As far as am concerned this is the only objection that can be raised to the poem. To write about yourself extrinsically and comically, as in the Dream Songs, is one thing: to sublimate your urge for self-projection in the posture you take toward a deliberately irrelevant subject is something else. Berryman is a little like Max Beckmann in his habits of constant self-depiction (which differs from self-revelation in that the latter is usually true), for running through Bradstreet is the image of the twentieth century poet in a tense pose of self-indulgence. But the worst that can be said of the poem is that it errs slightly in the direction of a naive, mannered Romanticism.

Two answers can be made. First, every lyric poem is rationalized to some extent on its model. All sorts of syntactic oddities are permitted in sonnets, for example, because they fulfill certain expectations, while the aesthetic order of a poem like Lycidas, random as it may seem today, is regular in terms of its formal cause: the genre. A poem on a "deep" subject--a poem as catholic in its intent as Paradise Lost--has no one model, but uses and subsumes many. Berryman had no model for the Homage to Mistress Bradstreet. Harte Crane's The Bridge ("a set of lyrics") was out; Edward Arlington Robinson and Robert Browning were uncongenial ("I admire them, but I dislike them").
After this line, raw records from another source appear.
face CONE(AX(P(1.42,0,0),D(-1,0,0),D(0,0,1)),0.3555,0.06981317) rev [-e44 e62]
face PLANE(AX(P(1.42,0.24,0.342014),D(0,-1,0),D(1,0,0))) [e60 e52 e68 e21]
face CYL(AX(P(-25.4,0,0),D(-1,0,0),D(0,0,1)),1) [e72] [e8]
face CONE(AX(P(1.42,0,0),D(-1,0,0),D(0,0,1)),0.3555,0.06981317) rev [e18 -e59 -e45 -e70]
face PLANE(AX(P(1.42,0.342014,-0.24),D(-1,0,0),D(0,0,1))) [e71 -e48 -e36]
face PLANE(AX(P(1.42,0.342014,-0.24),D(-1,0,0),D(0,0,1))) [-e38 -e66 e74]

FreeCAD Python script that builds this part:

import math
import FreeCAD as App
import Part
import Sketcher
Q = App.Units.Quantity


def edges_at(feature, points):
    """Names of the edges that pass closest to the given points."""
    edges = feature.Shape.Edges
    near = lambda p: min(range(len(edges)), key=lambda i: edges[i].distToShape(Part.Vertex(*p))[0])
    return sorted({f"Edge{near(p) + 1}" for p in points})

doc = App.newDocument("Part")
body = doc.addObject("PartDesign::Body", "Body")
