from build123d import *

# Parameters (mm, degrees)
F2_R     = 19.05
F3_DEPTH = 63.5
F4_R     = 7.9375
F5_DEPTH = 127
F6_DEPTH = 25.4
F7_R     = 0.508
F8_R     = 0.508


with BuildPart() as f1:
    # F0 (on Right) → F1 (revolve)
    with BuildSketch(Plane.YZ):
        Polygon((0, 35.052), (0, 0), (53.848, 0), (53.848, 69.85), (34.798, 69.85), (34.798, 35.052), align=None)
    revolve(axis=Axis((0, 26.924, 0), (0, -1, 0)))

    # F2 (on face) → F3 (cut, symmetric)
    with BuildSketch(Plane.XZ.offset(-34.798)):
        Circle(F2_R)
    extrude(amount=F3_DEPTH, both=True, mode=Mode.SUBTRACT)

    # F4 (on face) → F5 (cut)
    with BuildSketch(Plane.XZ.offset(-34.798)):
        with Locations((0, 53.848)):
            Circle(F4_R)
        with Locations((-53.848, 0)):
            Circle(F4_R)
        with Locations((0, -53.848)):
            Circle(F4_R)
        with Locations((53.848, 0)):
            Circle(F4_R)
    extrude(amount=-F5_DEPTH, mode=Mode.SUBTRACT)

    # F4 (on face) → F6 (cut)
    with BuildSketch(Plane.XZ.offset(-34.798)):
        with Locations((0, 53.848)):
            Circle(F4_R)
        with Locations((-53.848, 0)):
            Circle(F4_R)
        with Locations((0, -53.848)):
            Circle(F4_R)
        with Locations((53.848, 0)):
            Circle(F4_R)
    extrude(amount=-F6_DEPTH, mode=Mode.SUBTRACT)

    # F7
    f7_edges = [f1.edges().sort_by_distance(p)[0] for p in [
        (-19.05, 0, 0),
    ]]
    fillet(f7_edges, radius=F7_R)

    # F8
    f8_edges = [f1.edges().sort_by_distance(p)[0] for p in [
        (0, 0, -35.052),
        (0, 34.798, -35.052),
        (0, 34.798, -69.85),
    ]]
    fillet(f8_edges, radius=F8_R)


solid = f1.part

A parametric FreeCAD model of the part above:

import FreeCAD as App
import Part
import Sketcher
from FreeCAD import Vector
Q = App.Units.Quantity


def edges_at(feature, points):
    """Names of the edges that pass closest to the given points."""
    edges = feature.Shape.Edges
    near = lambda p: min(range(len(edges)), key=lambda i: edges[i].distToShape(Part.Vertex(*p))[0])
    return sorted({f"Edge{near(p) + 1}" for p in points})


def add_polygon(sketch, points):
    """Adds a closed chain of lines whose ends are joined by coincident constraints."""
    first, n = sketch.GeometryCount, len(points)
    for a, b in zip(points, points[1:] + points[:1]):
        sketch.addGeometry(Part.LineSegment(App.Vector(*a, 0), App.Vector(*b, 0)), False)
    for i in range(n):
        sketch.addConstraint(Sketcher.Constraint("Coincident", first + i, 2, first + (i + 1) % n, 1))

doc = App.newDocument("Part")
body = doc.addObject("PartDesign::Body", "Body")

sketch1 = doc.addObject("Sketcher::SketchObject", "Sketch")
body.addObject(sketch1)
sketch1.AttachmentSupport = (doc.YZ_Plane, [""])
sketch1.MapMode = "FlatFace"
add_polygon(sketch1, [(0, 35), (0, 0), (54, 0), (54, 70), (35, 70), (35, 35)])
sketch1.addConstraint(Sketcher.Constraint("Vertical", 0))
sketch1.addConstraint(Sketcher.Constraint("Horizontal", 1))
sketch1.addConstraint(Sketcher.Constraint("Vertical", 2))
sketch1.addConstraint(Sketcher.Constraint("Horizontal", 3))
sketch1.addConstraint(Sketcher.Constraint("Vertical", 4))
sketch1.addConstraint(Sketcher.Constraint("Horizontal", 5))
sketch1.addConstraint(Sketcher.Constraint("Coincident", 0, 2, -1, 1))
sketch1.addConstraint(Sketcher.Constraint("Equal", 5, 4))
sketch1.addConstraint(Sketcher.Constraint("DistanceX", 1, 1, 1, 2, Q("2.12 in")))
sketch1.addConstraint(Sketcher.Constraint("DistanceX", 3, 2, 3, 1, Q("0.75 in")))
sketch1.addConstraint(Sketcher.Constraint("DistanceY", 0, 2, 0, 1, Q("1.38 in")))
revolution = doc.addObject("PartDesign::Revolution", "Revolution")
body.addObject(revolution)
revolution.Profile = sketch1
revolution.ReferenceAxis = (sketch1, ["H_Axis"])
revolution.Angle = 360

sketch2 = doc.addObject("Sketcher::SketchObject", "Sketch001")
body.addObject(sketch2)
sketch2.AttachmentSupport = (doc.XZ_Plane, [""])
sketch2.MapMode = "FlatFace"
sketch2.AttachmentOffset = App.Placement(Vector(0, 0, -1.37 * 25.4), App.Rotation())
sketch2.addGeometry(Part.Circle(Vector(0, 0, 0), Vector(0, 0, 1), 19), False)
sketch2.addConstraint(Sketcher.Constraint("Coincident", 0, 3, -1, 1))
sketch2.addConstraint(Sketcher.Constraint("Diameter", 0, Q("1.5 in")))
pocket1 = doc.addObject("PartDesign::Pocket", "Pocket")
body.addObject(pocket1)
pocket1.Profile = sketch2
pocket1.Length = Q("5 in")
pocket1.Midplane = True

sketch3 = doc.addObject("Sketcher::SketchObject", "Sketch002")
body.addObject(sketch3)
sketch3.AttachmentSupport = (doc.XZ_Plane, [""])
sketch3.MapMode = "FlatFace"
sketch3.AttachmentOffset = App.Placement(Vector(0, 0, -1.37 * 25.4), App.Rotation())
sketch3.addGeometry(Part.Circle(Vector(0, 54, 0), Vector(0, 0, 1), 8), False)
sketch3.addGeometry(Part.Circle(Vector(-54, 0, 0), Vector(0, 0, 1), 8), False)
sketch3.addGeometry(Part.Circle(Vector(0, -54, 0), Vector(0, 0, 1), 8), False)
sketch3.addGeometry(Part.Circle(Vector(54, 0, 0), Vector(0, 0, 1), 8), False)
sketch3.addConstraint(Sketcher.Constraint("Equal", 0, 1))
sketch3.addConstraint(Sketcher.Constraint("Equal", 1, 2))
sketch3.addConstraint(Sketcher.Constraint("Equal", 2, 3))
sketch3.addConstraint(Sketcher.Constraint("Symmetric", 0, 3, 2, 3, -1, 1))
sketch3.addConstraint(Sketcher.Constraint("Symmetric", 1, 3, 3, 3, -1, 1))
sketch3.addConstraint(Sketcher.Constraint("PointOnObject", 0, 3, -2))
sketch3.addConstraint(Sketcher.Constraint("PointOnObject", 1, 3, -1))
sketch3.addConstraint(Sketcher.Constraint("Diameter", 0, Q("0.625 in")))
sketch3.addConstraint(Sketcher.Constraint("DistanceY", -1, 1, 0, 3, Q("2.12 in")))
sketch3.addConstraint(Sketcher.Constraint("DistanceX", 1, 3, -1, 1, Q("2.12 in")))
pocket2 = doc.addObject("PartDesign::Pocket", "Pocket001")
body.addObject(pocket2)
pocket2.Profile = sketch3
pocket2.Length = Q("5 in")

sketch4 = doc.addObject("Sketcher::SketchObject", "Sketch003")
body.addObject(sketch4)
sketch4.AttachmentSupport = (doc.XZ_Plane, [""])
sketch4.MapMode = "FlatFace"
sketch4.AttachmentOffset = App.Placement(Vector(0, 0, -1.37 * 25.4), App.Rotation())
sketch4.addGeometry(Part.Circle(Vector(0, 54, 0), Vector(0, 0, 1), 8), False)
sketch4.addGeometry(Part.Circle(Vector(-54, 0, 0), Vector(0, 0, 1), 8), False)
sketch4.addGeometry(Part.Circle(Vector(0, -54, 0), Vector(0, 0, 1), 8), False)
sketch4.addGeometry(Part.Circle(Vector(54, 0, 0), Vector(0, 0, 1), 8), False)
sketch4.addConstraint(Sketcher.Constraint("Equal", 0, 1))
sketch4.addConstraint(Sketcher.Constraint("Equal", 1, 2))
sketch4.addConstraint(Sketcher.Constraint("Equal", 2, 3))
sketch4.addConstraint(Sketcher.Constraint("Symmetric", 0, 3, 2, 3, -1, 1))
sketch4.addConstraint(Sketcher.Constraint("Symmetric", 1, 3, 3, 3, -1, 1))
sketch4.addConstraint(Sketcher.Constraint("PointOnObject", 0, 3, -2))
sketch4.addConstraint(Sketcher.Constraint("PointOnObject", 1, 3, -1))
sketch4.addConstraint(Sketcher.Constraint("Diameter", 0, Q("0.625 in")))
sketch4.addConstraint(Sketcher.Constraint("DistanceY", -1, 1, 0, 3, Q("2.12 in")))
sketch4.addConstraint(Sketcher.Constraint("DistanceX", 1, 3, -1, 1, Q("2.12 in")))
pocket3 = doc.addObject("PartDesign::Pocket", "Pocket002")
body.addObject(pocket3)
pocket3.Profile = sketch4
pocket3.Length = Q("1 in")
doc.recompute()

fillet = doc.addObject("PartDesign::Fillet", "Fillet")
body.addObject(fillet)
fillet.Base = (pocket3, edges_at(pocket3, [(-19.05, 0, 0)]))
fillet.Radius = Q("0.02 in")
doc.recompute()

fillet2 = doc.addObject("PartDesign::Fillet", "Fillet001")
body.addObject(fillet2)
fillet2.Base = (fillet, edges_at(fillet, [(0, 0, -35.052), (0, 34.798, -35.052), (0, 34.798, -69.85)]))
fillet2.Radius = Q("0.02 in")

doc.recompute()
Eliot's Prufrock and Waste Land are disjunctive and impressionistic where Berryman's effort is continuous and expressionistic.

In the abrupt, resonant dialogue that forms the midsection of Bradstreet, Berryman was influenced by Anna Karenina and by Saul Bellow's novel Augie March, which he had just read in manuscript: "very ambitious, totally unlike most modern novels. It threw me the feeling that if I appeared to go outside the ordinary sort of business, that would be all right." The absence of any clear poetic precedent forces the reader to make a major revision of his conventional expectations.

The second answer runs deeper. Talk about Berryman keeps coming back to subject-matter, to content rather than form, to purposes rather than techniques. Just as the subject of Bradstreet, in the deepest sense, is Bradstreet, the Dream Songs are "about" Henry by God, and if Berryman's public descriptions of Henry are cagey, he is no more willing to divert the audience with coy adversions to his own skills or state of mind. For a long time poetry in this country has been working with an arsenal of familiar tools--"effects," "devices" and "meanings"--all largely technical considerations. Such a situation has often led to the spectacle of hordes of young men writing very well about very little. The reader is only encouraged to read the work, and locate all the sources of his response there.

Berryman's work simply cannot be read this way. None of the great creative violations of convention in literary history can be. Literature redeems itself by going the limit, by taking the same sort of risks that Berryman found in Augie March in the form of "an inquisitiveness, let's call it that, so extreme that it becomes a way of life, a tempting, a touching of all the boundaries..." No one, of course, can take risks who doesn't know the rules, but what is perhaps most impressive about John Berryman is his unwillingness to define expertise in purely technical terms. In a review of Hugh MacDiarmid he once wrote "a poet is to prove that he is not squeamish, as a poet (his private attitudes being nothing), by being absolutely responsible for his material and its psychological and spiritual employment, while technically he is absolutely independent of both. Flourishes will not do at all." Check.